### THE TASK
Go through the entries below and print, exactly, the lines starting at the one with "v31 (58.545735,15.871505,5)" and ending at the one with "e46 v31 v37 LINE", keeping both ends and no others.

=== RECORDS PROVIDED ===

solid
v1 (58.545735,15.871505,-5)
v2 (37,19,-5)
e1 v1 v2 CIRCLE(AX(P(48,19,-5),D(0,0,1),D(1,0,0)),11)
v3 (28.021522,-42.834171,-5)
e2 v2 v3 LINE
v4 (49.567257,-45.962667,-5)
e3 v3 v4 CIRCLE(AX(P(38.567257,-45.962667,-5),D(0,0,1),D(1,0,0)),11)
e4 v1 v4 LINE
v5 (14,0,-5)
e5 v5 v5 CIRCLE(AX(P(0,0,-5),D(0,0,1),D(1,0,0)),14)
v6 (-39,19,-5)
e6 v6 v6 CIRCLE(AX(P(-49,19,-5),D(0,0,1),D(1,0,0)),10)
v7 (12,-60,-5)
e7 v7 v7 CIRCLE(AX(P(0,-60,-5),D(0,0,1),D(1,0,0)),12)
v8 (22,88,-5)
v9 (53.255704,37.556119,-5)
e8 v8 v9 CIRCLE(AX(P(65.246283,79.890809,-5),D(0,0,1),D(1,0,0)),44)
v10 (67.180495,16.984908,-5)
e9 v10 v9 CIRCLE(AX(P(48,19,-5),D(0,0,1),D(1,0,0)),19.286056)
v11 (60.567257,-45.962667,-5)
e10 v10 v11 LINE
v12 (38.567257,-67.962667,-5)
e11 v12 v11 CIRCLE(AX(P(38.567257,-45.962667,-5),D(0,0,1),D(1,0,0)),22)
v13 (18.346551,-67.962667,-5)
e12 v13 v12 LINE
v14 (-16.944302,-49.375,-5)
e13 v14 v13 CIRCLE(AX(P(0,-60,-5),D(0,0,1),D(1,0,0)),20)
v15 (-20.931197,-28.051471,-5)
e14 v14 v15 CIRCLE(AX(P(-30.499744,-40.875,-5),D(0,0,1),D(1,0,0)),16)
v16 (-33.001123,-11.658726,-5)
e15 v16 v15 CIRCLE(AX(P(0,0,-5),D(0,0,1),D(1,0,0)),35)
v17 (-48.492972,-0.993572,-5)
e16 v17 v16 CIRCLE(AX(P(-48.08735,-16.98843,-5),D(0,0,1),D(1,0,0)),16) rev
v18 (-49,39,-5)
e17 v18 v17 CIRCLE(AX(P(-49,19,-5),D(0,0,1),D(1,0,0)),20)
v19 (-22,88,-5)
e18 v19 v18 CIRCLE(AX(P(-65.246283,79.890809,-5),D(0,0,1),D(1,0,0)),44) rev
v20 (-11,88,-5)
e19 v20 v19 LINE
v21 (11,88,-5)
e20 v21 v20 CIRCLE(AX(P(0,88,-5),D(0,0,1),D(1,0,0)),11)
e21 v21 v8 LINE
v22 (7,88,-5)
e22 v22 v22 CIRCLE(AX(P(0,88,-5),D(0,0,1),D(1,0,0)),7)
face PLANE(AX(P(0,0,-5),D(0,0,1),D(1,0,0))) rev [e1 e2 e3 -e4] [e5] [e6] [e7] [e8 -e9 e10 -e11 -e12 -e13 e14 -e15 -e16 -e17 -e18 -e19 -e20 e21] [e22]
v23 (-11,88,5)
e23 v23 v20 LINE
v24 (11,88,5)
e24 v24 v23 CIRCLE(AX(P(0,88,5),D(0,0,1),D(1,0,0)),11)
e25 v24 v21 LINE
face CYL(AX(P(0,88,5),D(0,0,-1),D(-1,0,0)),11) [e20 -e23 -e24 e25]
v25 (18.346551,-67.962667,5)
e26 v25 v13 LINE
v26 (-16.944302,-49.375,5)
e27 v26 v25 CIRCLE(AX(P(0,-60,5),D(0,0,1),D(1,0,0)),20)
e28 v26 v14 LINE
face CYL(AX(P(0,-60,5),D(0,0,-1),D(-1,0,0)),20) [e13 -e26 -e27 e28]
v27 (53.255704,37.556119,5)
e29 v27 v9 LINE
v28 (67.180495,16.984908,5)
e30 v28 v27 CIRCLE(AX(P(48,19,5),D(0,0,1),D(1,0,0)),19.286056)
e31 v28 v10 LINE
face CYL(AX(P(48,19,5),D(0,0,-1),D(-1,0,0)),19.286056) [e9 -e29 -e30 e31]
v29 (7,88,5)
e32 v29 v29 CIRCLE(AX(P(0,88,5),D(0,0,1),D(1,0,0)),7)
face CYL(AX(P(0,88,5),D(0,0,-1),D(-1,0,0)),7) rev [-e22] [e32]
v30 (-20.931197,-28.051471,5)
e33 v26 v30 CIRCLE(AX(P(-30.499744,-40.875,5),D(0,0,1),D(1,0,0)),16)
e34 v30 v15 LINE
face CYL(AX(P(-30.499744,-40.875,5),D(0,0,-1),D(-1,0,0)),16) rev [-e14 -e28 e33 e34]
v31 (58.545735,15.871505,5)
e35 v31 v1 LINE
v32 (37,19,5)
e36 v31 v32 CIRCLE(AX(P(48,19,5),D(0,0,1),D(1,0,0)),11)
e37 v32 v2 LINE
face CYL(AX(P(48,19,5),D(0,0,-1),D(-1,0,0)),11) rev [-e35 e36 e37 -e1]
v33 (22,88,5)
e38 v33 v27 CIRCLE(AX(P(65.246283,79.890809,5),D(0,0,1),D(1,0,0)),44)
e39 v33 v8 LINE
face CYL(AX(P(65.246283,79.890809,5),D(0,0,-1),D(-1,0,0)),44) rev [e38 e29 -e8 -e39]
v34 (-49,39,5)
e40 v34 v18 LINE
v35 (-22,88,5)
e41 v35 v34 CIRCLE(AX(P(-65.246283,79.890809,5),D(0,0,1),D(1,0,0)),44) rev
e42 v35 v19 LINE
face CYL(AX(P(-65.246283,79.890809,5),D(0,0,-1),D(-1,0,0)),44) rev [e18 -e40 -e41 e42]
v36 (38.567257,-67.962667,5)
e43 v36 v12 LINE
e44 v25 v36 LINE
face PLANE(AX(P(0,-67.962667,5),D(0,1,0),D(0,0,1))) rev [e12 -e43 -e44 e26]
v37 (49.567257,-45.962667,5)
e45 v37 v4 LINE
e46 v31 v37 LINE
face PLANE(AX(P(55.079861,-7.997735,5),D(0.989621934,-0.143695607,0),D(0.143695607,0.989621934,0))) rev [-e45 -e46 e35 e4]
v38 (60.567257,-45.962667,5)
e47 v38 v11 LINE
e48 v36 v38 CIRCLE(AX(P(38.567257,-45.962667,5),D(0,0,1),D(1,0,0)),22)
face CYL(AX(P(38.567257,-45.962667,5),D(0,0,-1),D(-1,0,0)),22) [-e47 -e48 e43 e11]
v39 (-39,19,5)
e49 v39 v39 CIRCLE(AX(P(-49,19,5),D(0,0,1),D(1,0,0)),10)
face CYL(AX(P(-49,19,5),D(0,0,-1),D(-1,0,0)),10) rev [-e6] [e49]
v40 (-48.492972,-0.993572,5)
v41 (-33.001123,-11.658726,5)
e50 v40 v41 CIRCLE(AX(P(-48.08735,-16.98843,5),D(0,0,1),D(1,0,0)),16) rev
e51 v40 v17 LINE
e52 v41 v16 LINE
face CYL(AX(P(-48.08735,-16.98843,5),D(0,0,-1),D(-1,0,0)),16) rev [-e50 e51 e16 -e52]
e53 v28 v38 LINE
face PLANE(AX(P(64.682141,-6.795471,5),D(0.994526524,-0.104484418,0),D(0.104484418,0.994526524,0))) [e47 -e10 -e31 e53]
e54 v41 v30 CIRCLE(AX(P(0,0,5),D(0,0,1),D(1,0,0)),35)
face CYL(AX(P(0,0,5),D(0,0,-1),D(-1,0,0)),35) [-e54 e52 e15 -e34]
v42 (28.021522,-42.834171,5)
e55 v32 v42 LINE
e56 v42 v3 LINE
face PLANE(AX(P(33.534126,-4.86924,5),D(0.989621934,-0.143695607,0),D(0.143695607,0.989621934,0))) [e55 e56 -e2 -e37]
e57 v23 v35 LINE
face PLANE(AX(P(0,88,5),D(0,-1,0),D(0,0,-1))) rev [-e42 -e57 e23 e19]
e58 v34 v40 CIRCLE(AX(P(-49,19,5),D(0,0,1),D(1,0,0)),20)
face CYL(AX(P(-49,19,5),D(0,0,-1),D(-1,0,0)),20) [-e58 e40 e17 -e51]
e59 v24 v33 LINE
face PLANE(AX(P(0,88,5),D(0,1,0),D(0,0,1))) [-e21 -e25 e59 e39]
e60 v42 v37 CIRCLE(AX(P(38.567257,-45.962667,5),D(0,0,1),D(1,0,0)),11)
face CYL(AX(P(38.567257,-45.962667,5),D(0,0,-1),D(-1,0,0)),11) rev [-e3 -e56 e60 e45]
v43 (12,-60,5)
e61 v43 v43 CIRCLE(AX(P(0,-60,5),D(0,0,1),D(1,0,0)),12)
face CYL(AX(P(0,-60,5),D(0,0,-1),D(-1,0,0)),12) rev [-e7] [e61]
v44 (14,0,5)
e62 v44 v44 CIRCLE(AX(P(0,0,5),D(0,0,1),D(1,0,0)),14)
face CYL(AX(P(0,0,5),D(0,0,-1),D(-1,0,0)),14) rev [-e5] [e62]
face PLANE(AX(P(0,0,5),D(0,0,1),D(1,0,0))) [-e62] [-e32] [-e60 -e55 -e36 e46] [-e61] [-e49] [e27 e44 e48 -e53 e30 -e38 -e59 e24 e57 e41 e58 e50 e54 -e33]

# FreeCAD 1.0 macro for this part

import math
import FreeCAD as App
import Part
import Sketcher
from FreeCAD import Vector

doc = App.newDocument("Part")
body = doc.addObject("PartDesign::Body", "Body")

sketch1 = body.newObject("Sketcher::SketchObject", "Sketch")
sketch1.AttachmentSupport = (doc.getObject("XY_Plane"), [""])
sketch1.MapMode = "FlatFace"
sketch1.addGeometry(Part.ArcOfCircle(Part.Circle(Vector(0, 88, 0), Vector(0, 0, 1), 11), math.radians(0), math.radians(180)), False)
sketch1.addGeometry(Part.LineSegment(Vector(-11, 88, 0), Vector(-22, 88, 0)), False)
sketch1.addGeometry(Part.ArcOfCircle(Part.Circle(Vector(-65.246283, 79.890809, 0), Vector(0, 0, 1), 44), math.radians(-68.331634), math.radians(10.620311)), False)
sketch1.addGeometry(Part.ArcOfCircle(Part.Circle(Vector(-49, 19, 0), Vector(0, 0, 1), 20), math.radians(90), math.radians(271.452683)), False)
sketch1.addGeometry(Part.ArcOfCircle(Part.Circle(Vector(-48.08735, -16.98843, 0), Vector(0, 0, 1), 16), math.radians(19.457434), math.radians(91.452683)), False)
sketch1.addGeometry(Part.ArcOfCircle(Part.Circle(Vector(0, 0, 0), Vector(0, 0, 1), 35), math.radians(-160.542566), math.radians(-126.729236)), False)
sketch1.addGeometry(Part.ArcOfCircle(Part.Circle(Vector(-30.499744, -40.875, 0), Vector(0, 0, 1), 16), math.radians(-32.089951), math.radians(53.270764)), False)
sketch1.addGeometry(Part.ArcOfCircle(Part.Circle(Vector(0, -60, 0), Vector(0, 0, 1), 20), math.radians(147.910049), math.radians(336.538464)), False)
sketch1.addGeometry(Part.LineSegment(Vector(18.346551, -67.962667, 0), Vector(38.567257, -67.962667, 0)), False)
sketch1.addGeometry(Part.ArcOfCircle(Part.Circle(Vector(38.567257, -45.962667, 0), Vector(0, 0, 1), 22), math.radians(-90), math.radians(0)), False)
sketch1.addGeometry(Part.LineSegment(Vector(60.567257, -45.962667, 0), Vector(67.180495, 16.984908, 0)), False)
sketch1.addGeometry(Part.ArcOfCircle(Part.Circle(Vector(48, 19, 0), Vector(0, 0, 1), 19.286056), math.radians(-5.997462), math.radians(74.18613)), False)
sketch1.addGeometry(Part.ArcOfCircle(Part.Circle(Vector(65.246283, 79.890809, 0), Vector(0, 0, 1), 44), math.radians(169.379689), math.radians(254.18613)), False)
sketch1.addGeometry(Part.LineSegment(Vector(22, 88, 0), Vector(11, 88, 0)), False)
sketch1.addGeometry(Part.Circle(Vector(0, -60, 0), Vector(0, 0, 1), 12), False)
sketch1.addGeometry(Part.Circle(Vector(0, 0, 0), Vector(0, 0, 1), 14), False)
sketch1.addGeometry(Part.LineSegment(Vector(28.021522, -42.834171, 0), Vector(34.793025, 3.800712, 0)), False)
sketch1.addGeometry(Part.LineSegment(Vector(34.793025, 3.800712, 0), Vector(37, 19, 0)), False)
sketch1.addGeometry(Part.ArcOfCircle(Part.Circle(Vector(48, 19, 0), Vector(0, 0, 1), 11), math.radians(0), math.radians(180)), False)
sketch1.addGeometry(Part.ArcOfCircle(Part.Circle(Vector(48, 19, 0), Vector(0, 0, 1), 11), math.radians(-16.523504), math.radians(0)), False)
sketch1.addGeometry(Part.LineSegment(Vector(58.545735, 15.871505, 0), Vector(49.567257, -45.962667, 0)), False)
sketch1.addGeometry(Part.ArcOfCircle(Part.Circle(Vector(38.567257, -45.962667, 0), Vector(0, 0, 1), 11), math.radians(180), math.radians(360)), False)
sketch1.addGeometry(Part.ArcOfCircle(Part.Circle(Vector(38.567257, -45.962667, 0), Vector(0, 0, 1), 11), math.radians(163.476496), math.radians(180)), False)
sketch1.addGeometry(Part.Circle(Vector(-49, 19, 0), Vector(0, 0, 1), 10), False)
sketch1.addGeometry(Part.Circle(Vector(0, 88, 0), Vector(0, 0, 1), 7), False)
sketch1.addConstraint(Sketcher.Constraint("Coincident", 0, 2, 1, 1))
sketch1.addConstraint(Sketcher.Constraint("Coincident", 1, 2, 2, 2))
sketch1.addConstraint(Sketcher.Constraint("Coincident", 2, 1, 3, 1))
sketch1.addConstraint(Sketcher.Constraint("Tangent", 3, 2, 4, 2))
sketch1.addConstraint(Sketcher.Constraint("Tangent", 4, 1, 5, 1))
sketch1.addConstraint(Sketcher.Constraint("Tangent", 5, 2, 6, 2))
sketch1.addConstraint(Sketcher.Constraint("Tangent", 6, 1, 7, 1))
sketch1.addConstraint(Sketcher.Constraint("Coincident", 7, 2, 8, 1))
sketch1.addConstraint(Sketcher.Constraint("Tangent", 8, 2, 9, 1))
sketch1.addConstraint(Sketcher.Constraint("Coincident", 9, 2, 10, 1))
sketch1.addConstraint(Sketcher.Constraint("Tangent", 10, 2, 11, 1))
sketch1.addConstraint(Sketcher.Constraint("Tangent", 11, 2, 12, 2))
sketch1.addConstraint(Sketcher.Constraint("Coincident", 12, 1, 13, 1))
sketch1.addConstraint(Sketcher.Constraint("Coincident", 13, 2, 0, 1))
sketch1.addConstraint(Sketcher.Constraint("Coincident", 16, 2, 17, 1))
sketch1.addConstraint(Sketcher.Constraint("Coincident", 17, 2, 18, 2))
sketch1.addConstraint(Sketcher.Constraint("Tangent", 18, 1, 19, 2))
sketch1.addConstraint(Sketcher.Constraint("Coincident", 19, 1, 20, 1))
sketch1.addConstraint(Sketcher.Constraint("Coincident", 20, 2, 21, 2))
sketch1.addConstraint(Sketcher.Constraint("Tangent", 21, 1, 22, 2))
sketch1.addConstraint(Sketcher.Constraint("Coincident", 22, 1, 16, 1))
sketch1.addConstraint(Sketcher.Constraint("Horizontal", 1))
sketch1.addConstraint(Sketcher.Constraint("Horizontal", 8))
sketch1.addConstraint(Sketcher.Constraint("Horizontal", 13))
sketch1.addConstraint(Sketcher.Constraint("Coincident", 5, 3, -1, 1))
sketch1.addConstraint(Sketcher.Constraint("Coincident", 15, 3, -1, 1))
sketch1.addConstraint(Sketcher.Constraint("Coincident", 14, 3, 7, 3))
sketch1.addConstraint(Sketcher.Constraint("Coincident", 18, 3, 11, 3))
sketch1.addConstraint(Sketcher.Constraint("Coincident", 21, 3, 9, 3))
sketch1.addConstraint(Sketcher.Constraint("Coincident", 23, 3, 3, 3))
sketch1.addConstraint(Sketcher.Constraint("Coincident", 24, 3, 0, 3))
sketch1.addConstraint(Sketcher.Constraint("Equal", 4, 6))
sketch1.addConstraint(Sketcher.Constraint("Equal", 3, 7))
sketch1.addConstraint(Sketcher.Constraint("Equal", 2, 12))
sketch1.addConstraint(Sketcher.Constraint("Equal", 0, 18))
sketch1.addConstraint(Sketcher.Constraint("Equal", 18, 19))
sketch1.addConstraint(Sketcher.Constraint("Equal", 19, 21))
sketch1.addConstraint(Sketcher.Constraint("Equal", 21, 22))
sketch1.addConstraint(Sketcher.Constraint("Symmetric", 2, 3, 12, 3, -2))
sketch1.addConstraint(Sketcher.Constraint("Symmetric", 0, 2, 13, 2, -2))
sketch1.addConstraint(Sketcher.Constraint("PointOnObject", 7, 3, -2))
sketch1.addConstraint(Sketcher.Constraint("Parallel", 16, 17))
sketch1.addConstraint(Sketcher.Constraint("Parallel", 17, 20))
sketch1.addConstraint(Sketcher.Constraint("Horizontal", 3, 3, 11, 3))
sketch1.addConstraint(Sketcher.Constraint("Horizontal", 24, 3, 0, 2))
sketch1.addConstraint(Sketcher.Constraint("Horizontal", 22, 3, 9, 2))
sketch1.addConstraint(Sketcher.Constraint("Horizontal", 23, 3, 17, 2))
sketch1.addConstraint(Sketcher.Constraint("Horizontal", 17, 2, 18, 1))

===

### RESPONSE FOR THIS EXERCISE
v31 (58.545735,15.871505,5)
e35 v31 v1 LINE
v32 (37,19,5)
e36 v31 v32 CIRCLE(AX(P(48,19,5),D(0,0,1),D(1,0,0)),11)
e37 v32 v2 LINE
face CYL(AX(P(48,19,5),D(0,0,-1),D(-1,0,0)),11) rev [-e35 e36 e37 -e1]
v33 (22,88,5)
e38 v33 v27 CIRCLE(AX(P(65.246283,79.890809,5),D(0,0,1),D(1,0,0)),44)
e39 v33 v8 LINE
face CYL(AX(P(65.246283,79.890809,5),D(0,0,-1),D(-1,0,0)),44) rev [e38 e29 -e8 -e39]
v34 (-49,39,5)
e40 v34 v18 LINE
v35 (-22,88,5)
e41 v35 v34 CIRCLE(AX(P(-65.246283,79.890809,5),D(0,0,1),D(1,0,0)),44) rev
e42 v35 v19 LINE
face CYL(AX(P(-65.246283,79.890809,5),D(0,0,-1),D(-1,0,0)),44) rev [e18 -e40 -e41 e42]
v36 (38.567257,-67.962667,5)
e43 v36 v12 LINE
e44 v25 v36 LINE
face PLANE(AX(P(0,-67.962667,5),D(0,1,0),D(0,0,1))) rev [e12 -e43 -e44 e26]
v37 (49.567257,-45.962667,5)
e45 v37 v4 LINE
e46 v31 v37 LINE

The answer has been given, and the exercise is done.